*Data section*:
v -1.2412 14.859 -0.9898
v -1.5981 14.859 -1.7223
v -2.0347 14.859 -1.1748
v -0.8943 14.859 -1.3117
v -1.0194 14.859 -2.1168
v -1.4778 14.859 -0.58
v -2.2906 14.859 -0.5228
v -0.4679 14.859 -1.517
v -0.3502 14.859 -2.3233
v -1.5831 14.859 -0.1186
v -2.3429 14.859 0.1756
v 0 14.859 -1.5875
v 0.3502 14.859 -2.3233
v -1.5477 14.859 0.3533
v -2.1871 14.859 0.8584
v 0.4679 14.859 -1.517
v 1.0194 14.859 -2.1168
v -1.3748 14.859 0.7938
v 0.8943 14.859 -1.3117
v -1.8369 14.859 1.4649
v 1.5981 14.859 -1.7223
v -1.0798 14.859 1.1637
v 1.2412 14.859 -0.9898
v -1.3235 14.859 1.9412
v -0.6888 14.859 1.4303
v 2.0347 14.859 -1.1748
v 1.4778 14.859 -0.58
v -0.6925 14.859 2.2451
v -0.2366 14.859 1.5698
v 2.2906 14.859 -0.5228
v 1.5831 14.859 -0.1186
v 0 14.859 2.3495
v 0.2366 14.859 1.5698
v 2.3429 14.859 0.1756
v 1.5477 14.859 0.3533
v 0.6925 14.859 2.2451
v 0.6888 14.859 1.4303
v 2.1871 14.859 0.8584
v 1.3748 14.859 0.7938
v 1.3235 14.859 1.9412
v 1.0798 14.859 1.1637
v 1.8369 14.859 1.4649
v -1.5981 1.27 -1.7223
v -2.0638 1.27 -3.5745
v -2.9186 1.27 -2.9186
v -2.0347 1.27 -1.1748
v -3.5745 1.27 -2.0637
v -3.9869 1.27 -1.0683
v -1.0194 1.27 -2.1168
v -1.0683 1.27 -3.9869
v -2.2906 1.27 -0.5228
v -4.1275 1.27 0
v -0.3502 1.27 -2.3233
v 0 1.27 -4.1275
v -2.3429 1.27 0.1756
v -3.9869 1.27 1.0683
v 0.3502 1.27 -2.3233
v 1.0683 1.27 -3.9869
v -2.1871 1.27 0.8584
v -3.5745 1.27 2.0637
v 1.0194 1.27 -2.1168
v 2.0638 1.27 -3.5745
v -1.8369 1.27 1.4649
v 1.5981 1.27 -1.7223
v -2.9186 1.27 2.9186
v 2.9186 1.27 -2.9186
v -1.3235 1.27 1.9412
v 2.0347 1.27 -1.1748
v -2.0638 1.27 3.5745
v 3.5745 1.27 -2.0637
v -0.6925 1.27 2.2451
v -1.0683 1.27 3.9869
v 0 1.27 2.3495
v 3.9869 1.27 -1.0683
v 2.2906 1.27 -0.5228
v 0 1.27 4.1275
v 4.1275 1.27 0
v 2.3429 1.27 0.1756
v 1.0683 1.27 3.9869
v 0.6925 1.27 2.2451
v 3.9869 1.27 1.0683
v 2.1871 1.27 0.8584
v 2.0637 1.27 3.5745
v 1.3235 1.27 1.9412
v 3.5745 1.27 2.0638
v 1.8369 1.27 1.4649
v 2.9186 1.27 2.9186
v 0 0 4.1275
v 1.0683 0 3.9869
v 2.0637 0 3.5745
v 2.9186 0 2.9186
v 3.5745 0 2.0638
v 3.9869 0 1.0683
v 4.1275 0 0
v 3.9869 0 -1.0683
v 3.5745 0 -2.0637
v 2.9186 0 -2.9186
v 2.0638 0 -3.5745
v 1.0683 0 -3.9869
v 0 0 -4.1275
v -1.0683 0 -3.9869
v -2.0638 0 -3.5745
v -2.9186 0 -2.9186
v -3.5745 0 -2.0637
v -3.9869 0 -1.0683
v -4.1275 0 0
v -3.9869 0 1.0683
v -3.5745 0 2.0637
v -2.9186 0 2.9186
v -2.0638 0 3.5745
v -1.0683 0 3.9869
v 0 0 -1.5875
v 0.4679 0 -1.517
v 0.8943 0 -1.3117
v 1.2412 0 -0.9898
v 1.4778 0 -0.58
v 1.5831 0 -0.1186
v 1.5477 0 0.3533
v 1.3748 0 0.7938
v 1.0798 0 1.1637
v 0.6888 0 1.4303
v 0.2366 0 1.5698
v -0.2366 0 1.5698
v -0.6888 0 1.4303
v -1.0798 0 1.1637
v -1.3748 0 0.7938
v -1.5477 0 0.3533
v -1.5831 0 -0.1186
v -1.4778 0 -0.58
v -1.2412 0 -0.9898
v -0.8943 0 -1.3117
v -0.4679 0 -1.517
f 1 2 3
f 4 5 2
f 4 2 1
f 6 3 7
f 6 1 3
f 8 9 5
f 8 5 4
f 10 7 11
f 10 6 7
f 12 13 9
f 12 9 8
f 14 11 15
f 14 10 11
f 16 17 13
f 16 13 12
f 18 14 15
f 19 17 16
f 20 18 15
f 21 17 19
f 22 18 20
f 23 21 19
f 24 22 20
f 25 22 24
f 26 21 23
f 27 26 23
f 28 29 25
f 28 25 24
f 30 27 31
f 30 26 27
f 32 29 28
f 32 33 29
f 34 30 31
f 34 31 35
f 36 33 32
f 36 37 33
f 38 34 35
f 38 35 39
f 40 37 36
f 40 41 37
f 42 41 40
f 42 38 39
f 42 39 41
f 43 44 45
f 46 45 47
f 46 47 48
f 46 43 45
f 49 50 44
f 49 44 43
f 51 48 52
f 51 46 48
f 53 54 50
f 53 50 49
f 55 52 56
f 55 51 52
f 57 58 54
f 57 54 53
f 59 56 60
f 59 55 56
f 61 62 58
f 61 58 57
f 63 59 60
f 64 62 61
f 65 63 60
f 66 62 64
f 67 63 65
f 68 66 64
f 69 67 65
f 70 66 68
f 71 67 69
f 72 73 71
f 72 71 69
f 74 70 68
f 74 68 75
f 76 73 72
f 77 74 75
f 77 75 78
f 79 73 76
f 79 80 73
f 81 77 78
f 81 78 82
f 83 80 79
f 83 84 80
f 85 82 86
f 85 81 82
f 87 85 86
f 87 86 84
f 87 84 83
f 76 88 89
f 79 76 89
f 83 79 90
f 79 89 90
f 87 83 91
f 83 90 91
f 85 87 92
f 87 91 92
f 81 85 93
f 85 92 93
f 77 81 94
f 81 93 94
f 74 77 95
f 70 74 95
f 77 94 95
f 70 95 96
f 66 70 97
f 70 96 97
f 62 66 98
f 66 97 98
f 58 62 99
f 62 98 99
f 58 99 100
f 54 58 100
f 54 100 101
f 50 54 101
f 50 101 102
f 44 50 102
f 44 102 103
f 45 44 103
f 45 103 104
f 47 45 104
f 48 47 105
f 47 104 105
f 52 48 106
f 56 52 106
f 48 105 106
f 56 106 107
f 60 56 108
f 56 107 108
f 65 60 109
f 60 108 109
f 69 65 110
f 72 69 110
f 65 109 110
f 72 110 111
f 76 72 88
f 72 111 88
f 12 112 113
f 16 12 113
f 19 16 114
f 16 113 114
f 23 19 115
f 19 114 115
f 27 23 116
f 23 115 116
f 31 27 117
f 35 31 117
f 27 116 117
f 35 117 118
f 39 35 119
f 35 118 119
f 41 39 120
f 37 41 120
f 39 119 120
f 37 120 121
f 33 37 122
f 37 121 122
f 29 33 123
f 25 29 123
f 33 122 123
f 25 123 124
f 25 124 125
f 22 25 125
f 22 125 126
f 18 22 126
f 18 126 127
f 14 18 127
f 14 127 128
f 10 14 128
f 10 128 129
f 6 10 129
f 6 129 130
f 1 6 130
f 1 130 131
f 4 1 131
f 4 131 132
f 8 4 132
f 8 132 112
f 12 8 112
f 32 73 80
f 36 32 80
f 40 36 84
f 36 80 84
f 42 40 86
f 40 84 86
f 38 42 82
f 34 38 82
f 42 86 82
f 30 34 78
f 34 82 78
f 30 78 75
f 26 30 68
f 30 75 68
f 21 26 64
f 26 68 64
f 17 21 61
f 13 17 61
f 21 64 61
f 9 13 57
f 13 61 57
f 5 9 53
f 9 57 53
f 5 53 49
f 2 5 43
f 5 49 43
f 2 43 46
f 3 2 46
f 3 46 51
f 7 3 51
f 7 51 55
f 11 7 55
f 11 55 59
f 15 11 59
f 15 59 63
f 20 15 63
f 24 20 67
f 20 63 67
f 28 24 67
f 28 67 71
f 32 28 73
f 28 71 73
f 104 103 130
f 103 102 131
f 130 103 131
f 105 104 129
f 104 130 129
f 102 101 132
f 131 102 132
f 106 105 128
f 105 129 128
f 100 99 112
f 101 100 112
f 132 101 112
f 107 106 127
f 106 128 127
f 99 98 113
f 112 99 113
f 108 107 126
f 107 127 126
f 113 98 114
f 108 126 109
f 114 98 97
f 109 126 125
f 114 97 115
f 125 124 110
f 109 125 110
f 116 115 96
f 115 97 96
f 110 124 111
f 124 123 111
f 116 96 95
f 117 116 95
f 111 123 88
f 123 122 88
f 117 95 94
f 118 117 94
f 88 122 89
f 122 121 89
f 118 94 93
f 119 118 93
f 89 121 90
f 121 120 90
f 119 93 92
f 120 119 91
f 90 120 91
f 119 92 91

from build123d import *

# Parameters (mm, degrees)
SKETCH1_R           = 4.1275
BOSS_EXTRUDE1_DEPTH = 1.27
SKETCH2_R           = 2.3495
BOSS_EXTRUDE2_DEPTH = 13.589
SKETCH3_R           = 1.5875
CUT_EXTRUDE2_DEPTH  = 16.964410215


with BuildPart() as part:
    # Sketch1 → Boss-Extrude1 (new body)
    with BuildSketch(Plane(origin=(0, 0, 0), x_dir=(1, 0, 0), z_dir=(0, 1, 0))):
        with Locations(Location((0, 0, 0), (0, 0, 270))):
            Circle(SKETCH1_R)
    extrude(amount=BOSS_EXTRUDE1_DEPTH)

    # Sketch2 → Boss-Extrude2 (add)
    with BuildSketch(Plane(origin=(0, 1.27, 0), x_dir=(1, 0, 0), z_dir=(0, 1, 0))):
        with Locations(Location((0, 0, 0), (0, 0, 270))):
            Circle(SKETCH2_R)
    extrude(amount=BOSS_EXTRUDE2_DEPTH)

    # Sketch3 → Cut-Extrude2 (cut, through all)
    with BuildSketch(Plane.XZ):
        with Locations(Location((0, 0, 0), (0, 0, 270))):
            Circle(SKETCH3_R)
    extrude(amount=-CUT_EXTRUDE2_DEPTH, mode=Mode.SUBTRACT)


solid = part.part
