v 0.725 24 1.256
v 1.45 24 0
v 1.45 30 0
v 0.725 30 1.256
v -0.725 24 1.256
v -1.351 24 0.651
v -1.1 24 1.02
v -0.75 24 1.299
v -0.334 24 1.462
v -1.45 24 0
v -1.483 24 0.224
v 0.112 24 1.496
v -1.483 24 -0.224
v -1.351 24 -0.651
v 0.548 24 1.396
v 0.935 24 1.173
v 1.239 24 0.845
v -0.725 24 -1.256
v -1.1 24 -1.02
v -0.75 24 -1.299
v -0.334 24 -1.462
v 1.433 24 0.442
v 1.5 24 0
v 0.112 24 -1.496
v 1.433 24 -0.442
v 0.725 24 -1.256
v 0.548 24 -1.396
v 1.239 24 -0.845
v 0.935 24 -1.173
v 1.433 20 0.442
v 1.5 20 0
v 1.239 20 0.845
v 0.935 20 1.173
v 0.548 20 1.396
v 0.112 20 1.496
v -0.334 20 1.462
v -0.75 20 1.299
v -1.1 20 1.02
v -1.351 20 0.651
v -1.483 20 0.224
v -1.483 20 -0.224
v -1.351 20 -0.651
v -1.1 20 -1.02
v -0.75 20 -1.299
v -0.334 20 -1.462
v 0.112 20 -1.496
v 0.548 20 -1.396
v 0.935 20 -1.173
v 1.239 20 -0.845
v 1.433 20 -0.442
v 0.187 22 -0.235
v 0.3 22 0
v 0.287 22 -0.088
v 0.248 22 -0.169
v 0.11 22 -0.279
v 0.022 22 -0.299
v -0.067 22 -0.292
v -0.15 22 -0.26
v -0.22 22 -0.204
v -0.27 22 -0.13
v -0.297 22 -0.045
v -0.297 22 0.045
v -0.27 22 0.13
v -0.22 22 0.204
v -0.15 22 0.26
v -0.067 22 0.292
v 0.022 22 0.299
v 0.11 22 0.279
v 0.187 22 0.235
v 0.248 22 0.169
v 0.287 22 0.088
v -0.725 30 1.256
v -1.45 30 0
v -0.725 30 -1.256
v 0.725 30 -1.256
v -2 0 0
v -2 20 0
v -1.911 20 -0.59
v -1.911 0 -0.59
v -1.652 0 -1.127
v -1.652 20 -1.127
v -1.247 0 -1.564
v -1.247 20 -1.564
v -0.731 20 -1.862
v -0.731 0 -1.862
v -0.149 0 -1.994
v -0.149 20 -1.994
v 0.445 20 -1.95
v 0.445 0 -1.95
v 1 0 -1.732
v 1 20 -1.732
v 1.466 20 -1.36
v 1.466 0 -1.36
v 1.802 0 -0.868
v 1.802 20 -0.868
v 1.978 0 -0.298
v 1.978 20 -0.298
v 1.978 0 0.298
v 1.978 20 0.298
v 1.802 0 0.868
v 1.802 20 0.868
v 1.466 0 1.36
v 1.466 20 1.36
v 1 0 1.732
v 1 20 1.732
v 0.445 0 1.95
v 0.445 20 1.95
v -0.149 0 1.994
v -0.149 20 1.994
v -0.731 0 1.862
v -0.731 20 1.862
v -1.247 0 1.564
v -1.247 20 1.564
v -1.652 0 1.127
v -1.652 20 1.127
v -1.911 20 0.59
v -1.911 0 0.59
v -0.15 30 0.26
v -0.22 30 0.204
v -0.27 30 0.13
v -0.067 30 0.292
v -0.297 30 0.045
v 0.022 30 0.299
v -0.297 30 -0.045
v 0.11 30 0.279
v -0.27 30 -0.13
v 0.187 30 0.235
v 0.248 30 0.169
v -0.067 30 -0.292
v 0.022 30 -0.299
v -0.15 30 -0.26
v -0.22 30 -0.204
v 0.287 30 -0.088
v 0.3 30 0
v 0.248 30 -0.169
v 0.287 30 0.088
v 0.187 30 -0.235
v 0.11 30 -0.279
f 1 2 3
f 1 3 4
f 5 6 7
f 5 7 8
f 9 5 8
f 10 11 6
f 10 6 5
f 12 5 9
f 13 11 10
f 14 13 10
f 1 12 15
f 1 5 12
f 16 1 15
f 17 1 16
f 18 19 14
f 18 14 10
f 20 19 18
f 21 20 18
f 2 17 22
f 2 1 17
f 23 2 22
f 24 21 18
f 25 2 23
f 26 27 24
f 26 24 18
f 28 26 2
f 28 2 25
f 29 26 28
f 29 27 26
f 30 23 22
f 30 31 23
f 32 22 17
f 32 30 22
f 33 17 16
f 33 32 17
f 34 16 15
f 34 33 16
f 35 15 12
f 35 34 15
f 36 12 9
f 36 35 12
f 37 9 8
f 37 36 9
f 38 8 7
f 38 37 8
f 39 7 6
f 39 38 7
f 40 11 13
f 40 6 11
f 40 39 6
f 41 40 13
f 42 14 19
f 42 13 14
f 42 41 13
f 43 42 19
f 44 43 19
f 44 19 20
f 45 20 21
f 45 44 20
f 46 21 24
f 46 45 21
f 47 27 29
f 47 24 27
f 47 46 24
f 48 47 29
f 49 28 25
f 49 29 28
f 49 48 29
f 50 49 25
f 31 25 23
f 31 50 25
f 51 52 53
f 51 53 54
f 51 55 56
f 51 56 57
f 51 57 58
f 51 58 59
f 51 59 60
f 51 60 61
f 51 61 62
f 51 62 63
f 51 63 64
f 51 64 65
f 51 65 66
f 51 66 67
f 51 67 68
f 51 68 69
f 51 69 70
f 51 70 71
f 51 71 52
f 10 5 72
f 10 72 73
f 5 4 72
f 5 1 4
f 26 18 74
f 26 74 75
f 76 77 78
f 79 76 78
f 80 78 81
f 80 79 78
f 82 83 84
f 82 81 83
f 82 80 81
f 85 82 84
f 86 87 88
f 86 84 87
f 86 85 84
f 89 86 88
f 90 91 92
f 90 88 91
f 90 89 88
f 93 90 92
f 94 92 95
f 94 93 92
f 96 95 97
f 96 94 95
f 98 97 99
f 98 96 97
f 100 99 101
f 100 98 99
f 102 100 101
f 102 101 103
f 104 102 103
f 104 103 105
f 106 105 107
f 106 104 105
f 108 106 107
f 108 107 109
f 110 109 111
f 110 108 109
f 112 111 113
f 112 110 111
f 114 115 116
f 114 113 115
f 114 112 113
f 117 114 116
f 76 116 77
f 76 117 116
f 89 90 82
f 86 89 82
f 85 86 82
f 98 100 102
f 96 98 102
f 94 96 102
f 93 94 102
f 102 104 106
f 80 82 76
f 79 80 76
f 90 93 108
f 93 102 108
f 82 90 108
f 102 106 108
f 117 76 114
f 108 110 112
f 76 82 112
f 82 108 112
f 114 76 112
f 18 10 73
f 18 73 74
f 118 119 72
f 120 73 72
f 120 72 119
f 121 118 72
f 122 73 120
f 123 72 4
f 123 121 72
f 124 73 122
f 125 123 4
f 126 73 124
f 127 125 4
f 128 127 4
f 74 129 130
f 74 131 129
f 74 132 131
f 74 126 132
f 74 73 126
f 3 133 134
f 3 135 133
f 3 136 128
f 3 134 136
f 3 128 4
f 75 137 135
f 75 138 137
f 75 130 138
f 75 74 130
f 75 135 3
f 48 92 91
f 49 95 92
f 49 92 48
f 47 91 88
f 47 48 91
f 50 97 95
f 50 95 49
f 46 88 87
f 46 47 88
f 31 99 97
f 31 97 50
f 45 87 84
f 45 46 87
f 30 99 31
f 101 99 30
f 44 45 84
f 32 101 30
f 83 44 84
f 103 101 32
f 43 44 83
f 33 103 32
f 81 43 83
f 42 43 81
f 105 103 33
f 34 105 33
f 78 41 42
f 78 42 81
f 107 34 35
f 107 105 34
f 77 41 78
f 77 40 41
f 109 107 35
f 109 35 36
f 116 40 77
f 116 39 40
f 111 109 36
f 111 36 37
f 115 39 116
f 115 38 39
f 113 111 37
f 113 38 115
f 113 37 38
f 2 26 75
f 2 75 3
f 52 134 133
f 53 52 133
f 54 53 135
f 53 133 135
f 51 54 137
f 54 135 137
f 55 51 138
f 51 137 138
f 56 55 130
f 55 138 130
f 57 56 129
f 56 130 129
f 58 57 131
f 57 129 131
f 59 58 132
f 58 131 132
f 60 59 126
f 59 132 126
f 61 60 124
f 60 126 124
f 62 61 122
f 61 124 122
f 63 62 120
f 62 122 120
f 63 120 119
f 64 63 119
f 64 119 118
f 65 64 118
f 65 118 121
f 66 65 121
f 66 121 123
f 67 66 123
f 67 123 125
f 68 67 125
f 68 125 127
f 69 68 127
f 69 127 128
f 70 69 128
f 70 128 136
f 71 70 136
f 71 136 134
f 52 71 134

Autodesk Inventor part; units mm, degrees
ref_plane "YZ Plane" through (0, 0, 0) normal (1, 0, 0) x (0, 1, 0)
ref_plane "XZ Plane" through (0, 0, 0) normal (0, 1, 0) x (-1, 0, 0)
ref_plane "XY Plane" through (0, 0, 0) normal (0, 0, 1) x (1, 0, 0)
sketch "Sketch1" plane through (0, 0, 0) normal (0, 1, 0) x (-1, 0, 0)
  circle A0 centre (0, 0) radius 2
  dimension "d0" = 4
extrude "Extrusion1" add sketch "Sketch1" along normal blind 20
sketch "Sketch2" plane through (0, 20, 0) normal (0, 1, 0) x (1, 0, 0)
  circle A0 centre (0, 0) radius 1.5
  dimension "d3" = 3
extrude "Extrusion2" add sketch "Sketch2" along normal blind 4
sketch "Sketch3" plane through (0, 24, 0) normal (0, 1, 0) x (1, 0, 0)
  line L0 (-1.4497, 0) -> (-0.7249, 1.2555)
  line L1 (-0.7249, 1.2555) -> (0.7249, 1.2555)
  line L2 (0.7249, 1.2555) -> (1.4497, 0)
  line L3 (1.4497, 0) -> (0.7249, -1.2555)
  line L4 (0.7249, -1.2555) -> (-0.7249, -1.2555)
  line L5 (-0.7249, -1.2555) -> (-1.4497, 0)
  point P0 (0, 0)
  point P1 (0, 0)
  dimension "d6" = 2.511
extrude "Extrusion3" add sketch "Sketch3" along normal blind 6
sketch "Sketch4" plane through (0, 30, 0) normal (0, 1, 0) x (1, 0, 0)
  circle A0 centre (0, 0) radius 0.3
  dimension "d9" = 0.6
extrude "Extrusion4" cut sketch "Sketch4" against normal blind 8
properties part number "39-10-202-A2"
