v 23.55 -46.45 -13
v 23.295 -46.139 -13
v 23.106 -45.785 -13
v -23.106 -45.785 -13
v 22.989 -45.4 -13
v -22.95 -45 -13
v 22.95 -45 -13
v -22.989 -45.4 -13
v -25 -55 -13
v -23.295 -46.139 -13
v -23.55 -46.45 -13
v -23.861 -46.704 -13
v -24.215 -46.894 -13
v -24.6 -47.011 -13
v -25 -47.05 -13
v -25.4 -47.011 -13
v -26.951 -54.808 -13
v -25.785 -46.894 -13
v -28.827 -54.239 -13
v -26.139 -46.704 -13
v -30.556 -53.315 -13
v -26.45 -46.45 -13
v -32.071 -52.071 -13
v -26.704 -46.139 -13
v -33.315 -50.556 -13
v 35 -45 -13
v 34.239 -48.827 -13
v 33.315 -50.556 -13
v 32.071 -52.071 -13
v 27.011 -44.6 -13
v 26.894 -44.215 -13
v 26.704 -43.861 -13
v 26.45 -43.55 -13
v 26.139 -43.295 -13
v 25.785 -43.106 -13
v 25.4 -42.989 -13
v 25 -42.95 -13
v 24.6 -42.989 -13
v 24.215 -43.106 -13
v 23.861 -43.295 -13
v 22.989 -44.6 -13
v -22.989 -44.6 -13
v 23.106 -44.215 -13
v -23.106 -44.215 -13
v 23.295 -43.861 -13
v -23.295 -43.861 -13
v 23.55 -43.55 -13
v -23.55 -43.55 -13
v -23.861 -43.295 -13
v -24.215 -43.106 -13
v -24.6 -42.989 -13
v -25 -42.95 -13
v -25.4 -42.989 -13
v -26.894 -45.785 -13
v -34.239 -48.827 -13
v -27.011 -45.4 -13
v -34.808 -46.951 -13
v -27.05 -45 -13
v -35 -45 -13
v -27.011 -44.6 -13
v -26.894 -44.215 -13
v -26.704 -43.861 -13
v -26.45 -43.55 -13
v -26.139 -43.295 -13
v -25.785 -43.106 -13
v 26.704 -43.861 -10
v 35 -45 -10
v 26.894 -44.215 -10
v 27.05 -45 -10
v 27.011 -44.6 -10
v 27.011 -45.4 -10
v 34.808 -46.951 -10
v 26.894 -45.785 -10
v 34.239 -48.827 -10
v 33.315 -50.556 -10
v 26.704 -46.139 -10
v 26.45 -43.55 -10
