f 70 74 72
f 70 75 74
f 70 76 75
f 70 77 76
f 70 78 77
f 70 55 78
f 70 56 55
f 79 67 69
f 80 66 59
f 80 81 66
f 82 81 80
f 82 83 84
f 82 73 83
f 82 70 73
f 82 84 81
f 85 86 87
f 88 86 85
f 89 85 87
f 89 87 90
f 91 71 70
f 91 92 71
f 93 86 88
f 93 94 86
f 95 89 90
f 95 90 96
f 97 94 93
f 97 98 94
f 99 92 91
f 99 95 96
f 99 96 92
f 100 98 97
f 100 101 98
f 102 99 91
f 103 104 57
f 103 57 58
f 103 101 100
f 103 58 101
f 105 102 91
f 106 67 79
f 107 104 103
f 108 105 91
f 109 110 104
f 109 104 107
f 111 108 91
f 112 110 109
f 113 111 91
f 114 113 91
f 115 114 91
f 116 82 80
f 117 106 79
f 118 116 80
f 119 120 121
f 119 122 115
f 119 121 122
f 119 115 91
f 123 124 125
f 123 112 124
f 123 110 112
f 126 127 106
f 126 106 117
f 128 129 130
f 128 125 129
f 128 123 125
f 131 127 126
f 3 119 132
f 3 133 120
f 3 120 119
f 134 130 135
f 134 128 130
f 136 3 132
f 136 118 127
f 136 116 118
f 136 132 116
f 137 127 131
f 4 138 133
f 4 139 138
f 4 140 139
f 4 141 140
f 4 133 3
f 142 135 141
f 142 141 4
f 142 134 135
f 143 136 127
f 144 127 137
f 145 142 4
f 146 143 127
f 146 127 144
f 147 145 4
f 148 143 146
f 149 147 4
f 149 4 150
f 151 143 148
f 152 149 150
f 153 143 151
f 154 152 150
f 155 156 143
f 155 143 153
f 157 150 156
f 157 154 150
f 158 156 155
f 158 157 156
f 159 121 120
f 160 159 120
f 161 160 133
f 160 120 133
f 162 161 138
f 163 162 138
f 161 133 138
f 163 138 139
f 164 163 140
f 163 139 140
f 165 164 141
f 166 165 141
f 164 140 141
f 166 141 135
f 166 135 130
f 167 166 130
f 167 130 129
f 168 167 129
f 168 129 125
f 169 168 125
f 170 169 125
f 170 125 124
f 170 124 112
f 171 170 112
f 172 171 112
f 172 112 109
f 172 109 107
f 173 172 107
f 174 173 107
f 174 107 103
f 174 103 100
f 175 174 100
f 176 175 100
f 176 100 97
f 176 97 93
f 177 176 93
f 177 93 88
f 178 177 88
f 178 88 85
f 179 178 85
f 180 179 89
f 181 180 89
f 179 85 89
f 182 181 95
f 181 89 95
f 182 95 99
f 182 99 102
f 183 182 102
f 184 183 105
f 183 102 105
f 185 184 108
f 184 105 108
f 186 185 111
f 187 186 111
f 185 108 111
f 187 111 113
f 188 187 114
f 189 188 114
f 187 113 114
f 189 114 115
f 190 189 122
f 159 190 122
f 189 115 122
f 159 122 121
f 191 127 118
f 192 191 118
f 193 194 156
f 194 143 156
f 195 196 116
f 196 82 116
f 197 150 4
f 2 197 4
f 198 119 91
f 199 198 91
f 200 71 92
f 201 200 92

*Task brief*: In the entries above, please find the line with "f 57 129 131" and the line with "f 52 71 134", then write out exactly those two lines and every line between them, and nothing more.

*Exercise solution*:
f 57 129 131
f 59 58 132
f 58 131 132
f 60 59 126
f 59 132 126
f 61 60 124
f 60 126 124
f 62 61 122
f 61 124 122
f 63 62 120
f 62 122 120
f 63 120 119
f 64 63 119
f 64 119 118
f 65 64 118
f 65 118 121
f 66 65 121
f 66 121 123
f 67 66 123
f 67 123 125
f 68 67 125
f 68 125 127
f 69 68 127
f 69 127 128
f 70 69 128
f 70 128 136
f 71 70 136
f 71 136 134
f 52 71 134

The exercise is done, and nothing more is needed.